At this point my instinct was, “Claude is great, but I’m not sure if I’ll be able to effectively code review any changes it proposes, and I’m not going to be the asshole who submits an untested and unreviewed PR that wastes a bunch of maintainer time”. But excitement got the better of me, and I asked claude-code to see if it could implement the necessary optimization, based on nothing more than the test cases. Here’s the exact prompt I used:
I'd like you to implement a new optimization in LLVM that fixes a place where there's currently sub-optimal code generation. I have the following IR, which the LLVM optimizer emits: ``` define noundef range(i32 0, 6) i32 @src(i32 noundef %v) unnamed_addr #0 { start: %0 = tail call range(i32 0, 33) i32 @llvm.ctlz.i32(i32 %v, i1 false) %_2 = sub nuw nsw i32 32, %0 %_41 = lshr i32 %_2, 3 %_5 = and i32 %_2, 7 %_6.not = icmp ne i32 %_5, 0 %1 = zext i1 %_6.not to i32 %_0.sroa.0.0 = add nuw nsw i32 %_41, %1 ret i32 %_0.sroa.0.0 } ``` However, it can be optimized to the following, better, IR: ``` define noundef range(i32 0, 5) i32 @tgt(i32 noundef %v) unnamed_addr #0 { start: %0 = tail call i32 @llvm.ctlz.i32(i32 %v, i1 false) %1 = sub nuw nsw i32 32, %0 %2 = add nuw nsw i32 %1, 7 %3 = lshr i32 %2, 3 ret i32 %3 } ``` I would like you to a) add a test for this optimization to LLVM's existing test suite for compiler optimizations, and then b) implement the necessary optimization in LLVM. You'll need to think hard and make a plan to do this. You can re-build and run the tests by running the following command `ninja -C build check-llvm`. Do not try to run the tests or build any other way. If other tests fail after you make changes, review closely to see if the tests themselves should be updated for the new optimization, or if they indicate a bug in the code.And then it went to work. My contributions were: a) reviewing the initial test cases it wrote and telling it that a few of them weren’t actually correct because of integer overflows, b) pointing out a few times when it was trying to run a test without having rebuilt the code, c) not actually sending the pull request until I had reviewed the change and was confident in it. Everything else claude-code did itself, including implementing changes requested by code reviewers. Thanks also go to the LLVM maintainers for their timely and helpful code reviews.
You can judge the final product for yourself. But from my perspective: holy shit, it fucking worked?
Lessons learned
What are the takeaways here? First, obviously, the universe revolves around ASN.1 and optimizing compilers exist to serve it.
More seriously, I gave these problems to Claude, not expecting meaningful results, and it absolutely blew my expectations out of the water. I am incredibly leery about over-generalizing how to understand the capacity of the models, but at a minimum it seems safe to conclude that sometimes you should just let the model have a shot at a problem and you may be surprised – particularly when the problem has very clear success criteria.
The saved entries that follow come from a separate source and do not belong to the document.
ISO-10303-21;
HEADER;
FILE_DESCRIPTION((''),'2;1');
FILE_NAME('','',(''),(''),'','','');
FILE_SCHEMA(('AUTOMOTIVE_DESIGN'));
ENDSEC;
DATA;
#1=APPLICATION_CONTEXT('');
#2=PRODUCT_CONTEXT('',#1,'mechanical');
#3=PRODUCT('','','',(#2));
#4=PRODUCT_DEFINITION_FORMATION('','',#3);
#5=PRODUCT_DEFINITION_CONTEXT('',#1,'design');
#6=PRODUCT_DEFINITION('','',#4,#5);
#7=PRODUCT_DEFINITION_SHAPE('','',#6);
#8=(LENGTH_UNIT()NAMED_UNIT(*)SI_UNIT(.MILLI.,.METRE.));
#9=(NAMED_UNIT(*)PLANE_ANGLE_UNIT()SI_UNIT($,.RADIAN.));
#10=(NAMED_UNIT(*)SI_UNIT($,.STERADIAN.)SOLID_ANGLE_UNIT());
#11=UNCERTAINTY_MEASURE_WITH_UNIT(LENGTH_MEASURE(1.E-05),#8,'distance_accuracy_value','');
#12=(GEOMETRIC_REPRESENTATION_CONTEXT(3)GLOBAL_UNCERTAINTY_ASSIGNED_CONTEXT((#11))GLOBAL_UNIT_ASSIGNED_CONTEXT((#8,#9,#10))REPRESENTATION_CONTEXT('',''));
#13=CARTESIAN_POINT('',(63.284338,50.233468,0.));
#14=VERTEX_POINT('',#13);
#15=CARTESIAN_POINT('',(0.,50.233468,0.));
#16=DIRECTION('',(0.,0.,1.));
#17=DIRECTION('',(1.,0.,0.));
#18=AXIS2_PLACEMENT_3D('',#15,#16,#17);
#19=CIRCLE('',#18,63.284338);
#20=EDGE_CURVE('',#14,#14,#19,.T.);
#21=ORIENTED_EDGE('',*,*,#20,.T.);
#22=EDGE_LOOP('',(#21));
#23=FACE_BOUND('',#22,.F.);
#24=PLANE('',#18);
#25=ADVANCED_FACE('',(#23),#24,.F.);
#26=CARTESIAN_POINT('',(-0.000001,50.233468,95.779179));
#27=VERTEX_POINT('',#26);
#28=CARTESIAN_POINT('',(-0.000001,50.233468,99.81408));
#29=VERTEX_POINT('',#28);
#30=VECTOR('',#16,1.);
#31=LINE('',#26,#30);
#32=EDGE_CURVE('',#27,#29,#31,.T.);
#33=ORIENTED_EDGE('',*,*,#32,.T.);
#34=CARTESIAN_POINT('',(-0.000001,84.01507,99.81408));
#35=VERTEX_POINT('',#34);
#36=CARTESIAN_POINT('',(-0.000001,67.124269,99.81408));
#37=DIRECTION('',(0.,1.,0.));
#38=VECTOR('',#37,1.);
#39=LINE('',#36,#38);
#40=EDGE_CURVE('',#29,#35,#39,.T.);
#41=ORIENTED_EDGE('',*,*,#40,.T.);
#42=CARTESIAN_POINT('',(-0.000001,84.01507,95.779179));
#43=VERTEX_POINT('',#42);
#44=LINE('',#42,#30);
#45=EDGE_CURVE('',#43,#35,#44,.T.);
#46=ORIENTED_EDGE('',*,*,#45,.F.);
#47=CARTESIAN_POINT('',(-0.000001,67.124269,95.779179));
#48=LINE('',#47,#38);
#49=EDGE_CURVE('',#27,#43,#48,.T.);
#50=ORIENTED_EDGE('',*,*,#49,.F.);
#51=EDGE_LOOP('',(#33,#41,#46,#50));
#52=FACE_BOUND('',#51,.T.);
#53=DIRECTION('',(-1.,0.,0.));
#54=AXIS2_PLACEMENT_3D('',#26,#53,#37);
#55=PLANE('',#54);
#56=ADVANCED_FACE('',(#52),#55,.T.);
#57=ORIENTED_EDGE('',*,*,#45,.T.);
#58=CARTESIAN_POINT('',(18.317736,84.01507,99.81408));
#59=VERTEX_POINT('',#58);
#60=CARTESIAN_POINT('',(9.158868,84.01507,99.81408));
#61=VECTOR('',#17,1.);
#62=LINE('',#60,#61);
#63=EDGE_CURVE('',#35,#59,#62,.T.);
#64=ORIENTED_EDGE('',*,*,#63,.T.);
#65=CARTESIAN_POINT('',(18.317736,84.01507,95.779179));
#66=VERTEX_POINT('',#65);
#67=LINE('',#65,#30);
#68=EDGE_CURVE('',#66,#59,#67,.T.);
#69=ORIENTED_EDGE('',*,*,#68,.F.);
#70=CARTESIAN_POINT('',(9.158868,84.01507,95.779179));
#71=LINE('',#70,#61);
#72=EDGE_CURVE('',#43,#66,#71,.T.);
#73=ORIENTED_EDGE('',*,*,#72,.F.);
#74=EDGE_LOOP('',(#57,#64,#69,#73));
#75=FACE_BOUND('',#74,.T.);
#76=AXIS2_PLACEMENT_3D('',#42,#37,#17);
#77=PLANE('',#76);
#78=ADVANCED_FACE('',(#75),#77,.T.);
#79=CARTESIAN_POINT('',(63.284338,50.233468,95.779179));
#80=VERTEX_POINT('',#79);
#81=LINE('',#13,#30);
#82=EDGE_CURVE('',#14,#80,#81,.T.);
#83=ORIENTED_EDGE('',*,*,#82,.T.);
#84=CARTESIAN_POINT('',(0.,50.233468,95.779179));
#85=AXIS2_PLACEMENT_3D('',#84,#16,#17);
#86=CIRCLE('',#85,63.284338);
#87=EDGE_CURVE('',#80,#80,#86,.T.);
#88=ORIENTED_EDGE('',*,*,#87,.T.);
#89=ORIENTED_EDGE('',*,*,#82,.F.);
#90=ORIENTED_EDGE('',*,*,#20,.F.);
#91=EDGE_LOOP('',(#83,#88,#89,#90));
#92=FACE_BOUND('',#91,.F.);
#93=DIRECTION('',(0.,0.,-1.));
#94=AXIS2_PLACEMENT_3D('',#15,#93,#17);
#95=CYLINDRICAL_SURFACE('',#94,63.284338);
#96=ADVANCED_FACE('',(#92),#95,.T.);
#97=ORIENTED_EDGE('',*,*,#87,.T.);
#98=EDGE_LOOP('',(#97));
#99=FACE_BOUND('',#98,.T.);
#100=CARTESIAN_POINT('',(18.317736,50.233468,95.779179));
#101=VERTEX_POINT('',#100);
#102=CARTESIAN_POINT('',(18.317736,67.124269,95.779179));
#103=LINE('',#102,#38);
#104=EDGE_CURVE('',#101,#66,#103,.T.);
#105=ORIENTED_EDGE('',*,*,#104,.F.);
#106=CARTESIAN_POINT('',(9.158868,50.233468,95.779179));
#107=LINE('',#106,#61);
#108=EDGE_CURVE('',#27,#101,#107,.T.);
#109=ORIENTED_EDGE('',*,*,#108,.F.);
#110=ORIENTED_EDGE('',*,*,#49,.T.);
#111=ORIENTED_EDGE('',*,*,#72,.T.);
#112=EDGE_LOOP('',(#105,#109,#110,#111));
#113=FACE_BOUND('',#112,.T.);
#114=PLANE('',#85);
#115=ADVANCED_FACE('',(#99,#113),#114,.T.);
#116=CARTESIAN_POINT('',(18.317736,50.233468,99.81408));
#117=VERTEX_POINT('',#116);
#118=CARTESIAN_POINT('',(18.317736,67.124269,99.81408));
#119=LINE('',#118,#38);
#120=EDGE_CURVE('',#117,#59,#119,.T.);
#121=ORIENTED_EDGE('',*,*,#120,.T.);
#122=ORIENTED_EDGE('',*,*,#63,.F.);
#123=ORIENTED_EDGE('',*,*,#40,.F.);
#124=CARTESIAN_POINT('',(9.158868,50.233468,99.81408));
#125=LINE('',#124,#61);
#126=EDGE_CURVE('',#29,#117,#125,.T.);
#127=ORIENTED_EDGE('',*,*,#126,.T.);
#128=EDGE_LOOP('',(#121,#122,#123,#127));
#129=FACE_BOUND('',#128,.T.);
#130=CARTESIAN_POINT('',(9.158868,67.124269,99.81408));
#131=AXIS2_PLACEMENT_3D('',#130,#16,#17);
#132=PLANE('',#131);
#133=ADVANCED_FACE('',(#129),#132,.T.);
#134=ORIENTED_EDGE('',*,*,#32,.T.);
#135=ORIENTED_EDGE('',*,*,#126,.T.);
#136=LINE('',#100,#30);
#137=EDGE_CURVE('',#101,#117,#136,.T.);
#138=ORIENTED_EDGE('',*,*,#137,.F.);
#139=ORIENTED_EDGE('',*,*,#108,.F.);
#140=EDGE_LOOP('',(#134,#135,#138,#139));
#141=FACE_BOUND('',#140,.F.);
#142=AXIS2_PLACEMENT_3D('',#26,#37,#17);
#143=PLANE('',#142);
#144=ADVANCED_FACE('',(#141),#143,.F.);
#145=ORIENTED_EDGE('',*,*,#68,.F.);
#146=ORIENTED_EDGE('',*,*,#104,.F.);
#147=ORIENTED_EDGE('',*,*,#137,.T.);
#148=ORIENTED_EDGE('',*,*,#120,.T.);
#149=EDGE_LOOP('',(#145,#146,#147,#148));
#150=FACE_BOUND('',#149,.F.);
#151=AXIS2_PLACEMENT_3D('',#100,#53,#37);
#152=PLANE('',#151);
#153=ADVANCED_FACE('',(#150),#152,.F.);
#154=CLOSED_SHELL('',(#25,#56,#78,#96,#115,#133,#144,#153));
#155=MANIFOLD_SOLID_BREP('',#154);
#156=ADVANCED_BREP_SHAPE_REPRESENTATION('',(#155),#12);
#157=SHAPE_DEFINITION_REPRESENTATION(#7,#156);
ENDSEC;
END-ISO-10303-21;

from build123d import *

# Parameters (mm, degrees)
F0_R     = 63.284338
F1_DEPTH = 95.779179
F2_W     = 18.317737
F2_H     = 33.781603
F3_DEPTH = 4.034901


with BuildPart() as f1:
    # F0 (on Top) → F1 (new body)
    with BuildSketch(Plane.XY):
        with Locations((0, 50.233468)):
            Circle(F0_R)
    extrude(amount=F1_DEPTH)

    # F2 (on face) → F3 (join)
    with BuildSketch(Plane.XY.offset(95.779179)):
        with Locations((9.158868, 67.124269)):
            Rectangle(F2_W, F2_H)
    extrude(amount=F3_DEPTH)


solid = f1.part
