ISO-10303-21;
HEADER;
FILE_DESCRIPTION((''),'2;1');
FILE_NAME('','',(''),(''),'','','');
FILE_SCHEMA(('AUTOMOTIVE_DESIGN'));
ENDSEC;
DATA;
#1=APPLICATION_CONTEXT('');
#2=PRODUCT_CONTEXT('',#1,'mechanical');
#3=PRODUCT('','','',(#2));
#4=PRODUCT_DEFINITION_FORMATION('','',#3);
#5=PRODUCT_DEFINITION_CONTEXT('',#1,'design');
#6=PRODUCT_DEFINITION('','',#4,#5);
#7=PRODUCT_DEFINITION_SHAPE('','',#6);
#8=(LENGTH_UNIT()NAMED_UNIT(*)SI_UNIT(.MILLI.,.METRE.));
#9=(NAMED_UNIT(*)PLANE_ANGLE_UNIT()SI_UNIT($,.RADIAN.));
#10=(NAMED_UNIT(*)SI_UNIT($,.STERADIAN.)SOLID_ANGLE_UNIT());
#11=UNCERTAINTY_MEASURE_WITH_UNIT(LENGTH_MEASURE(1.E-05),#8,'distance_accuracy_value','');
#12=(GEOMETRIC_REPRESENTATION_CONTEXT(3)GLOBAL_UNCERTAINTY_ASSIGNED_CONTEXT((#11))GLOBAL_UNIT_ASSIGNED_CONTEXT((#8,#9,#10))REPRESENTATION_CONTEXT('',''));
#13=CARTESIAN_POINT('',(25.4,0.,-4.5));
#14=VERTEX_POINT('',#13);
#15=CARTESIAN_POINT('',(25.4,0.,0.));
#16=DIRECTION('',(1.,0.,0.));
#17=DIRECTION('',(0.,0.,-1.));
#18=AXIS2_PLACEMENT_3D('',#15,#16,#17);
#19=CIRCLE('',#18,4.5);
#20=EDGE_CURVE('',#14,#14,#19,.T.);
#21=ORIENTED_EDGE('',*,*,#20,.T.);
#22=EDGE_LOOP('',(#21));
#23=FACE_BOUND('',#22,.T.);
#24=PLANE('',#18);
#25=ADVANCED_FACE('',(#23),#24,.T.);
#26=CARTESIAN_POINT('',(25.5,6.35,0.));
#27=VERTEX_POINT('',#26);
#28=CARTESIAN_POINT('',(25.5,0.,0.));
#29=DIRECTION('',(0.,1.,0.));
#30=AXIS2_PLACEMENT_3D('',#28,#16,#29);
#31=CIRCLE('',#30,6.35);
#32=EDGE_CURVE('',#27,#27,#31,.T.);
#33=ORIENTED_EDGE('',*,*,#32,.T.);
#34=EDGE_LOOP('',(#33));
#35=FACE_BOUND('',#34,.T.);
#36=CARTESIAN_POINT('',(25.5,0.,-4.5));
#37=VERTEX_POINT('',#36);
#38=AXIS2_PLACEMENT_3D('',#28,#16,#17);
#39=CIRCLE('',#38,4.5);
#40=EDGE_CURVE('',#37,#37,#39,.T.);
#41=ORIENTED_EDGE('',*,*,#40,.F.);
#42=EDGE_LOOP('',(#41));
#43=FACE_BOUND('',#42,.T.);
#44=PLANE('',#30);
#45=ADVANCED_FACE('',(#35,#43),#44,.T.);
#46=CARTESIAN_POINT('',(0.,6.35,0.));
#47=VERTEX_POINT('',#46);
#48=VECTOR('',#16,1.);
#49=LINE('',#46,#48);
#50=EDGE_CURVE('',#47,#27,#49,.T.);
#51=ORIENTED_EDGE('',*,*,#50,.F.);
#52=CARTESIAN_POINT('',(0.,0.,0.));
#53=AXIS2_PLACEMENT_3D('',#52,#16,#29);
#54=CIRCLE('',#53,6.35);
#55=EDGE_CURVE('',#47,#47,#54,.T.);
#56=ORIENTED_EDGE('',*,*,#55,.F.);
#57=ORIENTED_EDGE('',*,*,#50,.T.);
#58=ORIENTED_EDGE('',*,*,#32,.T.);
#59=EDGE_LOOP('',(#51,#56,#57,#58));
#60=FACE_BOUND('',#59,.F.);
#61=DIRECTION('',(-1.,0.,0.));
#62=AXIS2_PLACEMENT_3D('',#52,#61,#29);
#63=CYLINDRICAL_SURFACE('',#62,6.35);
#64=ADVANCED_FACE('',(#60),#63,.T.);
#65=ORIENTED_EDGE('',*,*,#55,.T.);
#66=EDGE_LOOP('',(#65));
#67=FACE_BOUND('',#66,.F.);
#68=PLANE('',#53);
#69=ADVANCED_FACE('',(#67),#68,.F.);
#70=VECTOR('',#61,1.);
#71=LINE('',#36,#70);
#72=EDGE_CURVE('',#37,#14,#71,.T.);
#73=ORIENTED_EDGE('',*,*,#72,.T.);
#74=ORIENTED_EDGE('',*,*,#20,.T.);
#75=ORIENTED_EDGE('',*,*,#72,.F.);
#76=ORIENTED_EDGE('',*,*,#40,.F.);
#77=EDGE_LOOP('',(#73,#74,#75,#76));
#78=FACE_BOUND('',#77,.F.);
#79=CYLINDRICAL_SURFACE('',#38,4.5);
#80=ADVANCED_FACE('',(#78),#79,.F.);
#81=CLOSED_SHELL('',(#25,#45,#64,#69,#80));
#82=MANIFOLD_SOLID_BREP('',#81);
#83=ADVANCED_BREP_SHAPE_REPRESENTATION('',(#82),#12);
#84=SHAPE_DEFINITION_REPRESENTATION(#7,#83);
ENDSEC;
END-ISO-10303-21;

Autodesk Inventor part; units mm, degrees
ref_plane "YZ Plane" through (0, 0, 0) normal (1, 0, 0) x (0, 1, 0)
ref_plane "XZ Plane" through (0, 0, 0) normal (0, 1, 0) x (-1, 0, 0)
sketch "Sketch1" plane through (0, 0, 0) normal (1, 0, 0) x (0, 1, 0)
  circle A0 centre (0, 0) radius 6.35
  dimension "d0" = 6.35
extrude "Extrusion1" add sketch "Sketch1" along normal blind 25.5
ref_plane "Work Plane1" through (0, 0, 6.35) normal (0, 0, 1) x (1, 0, 0)
sketch "Sketch2" plane through (0, 0, 6.35) normal (0, 0, 1) x (1, 0, 0)
  line L0 (0.0077, -6.4259) -> (0.0077, 40.6963) construction
  line L1 (0.0077, 40.6963) -> (25.616, 40.6963) construction
  line L2 (25.616, 40.6963) -> (25.616, -6.4259) construction
  line L3 (25.616, -6.4259) -> (0.0077, -6.4259) construction
  point P0 (0, 0)
decal "Decal1"
sketch "Sketch3" plane through (25.5, 0, 0) normal (1, 0, 0) x (0, 0, -1)
  circle A0 centre (0, 0) radius 4.5
  dimension "d11" = 4.5
extrude "Extrusion2" cut sketch "Sketch3" against normal blind 0.1
properties part number "capacitor"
This only works if you have the capacity to review what it produces, of course. (And by “of course”, I mean probably many people will ignore this, even though it’s essential to get meaningful, consistent, long-term value out of these systems.)
The pairing of an LLM with a formal verification tool like Alive2 was incredibly powerful. Indeed, you can imagine giving an LLM Alive2 as a tool the LLM can invoke itself and letting an agent hammer away at finding the most optimal code it can that verifies and then using its findings as the basis to implement new compiler optimizations.
Another clear takeaway is that there’s always money in the banana stand that is missing compiler optimizations. If you go looking, it’s quite likely you can find something sub-optimal that a compiler does, even in 2025. And it’s, apparently, easier to produce a working PR to implement the optimization than I would have guessed.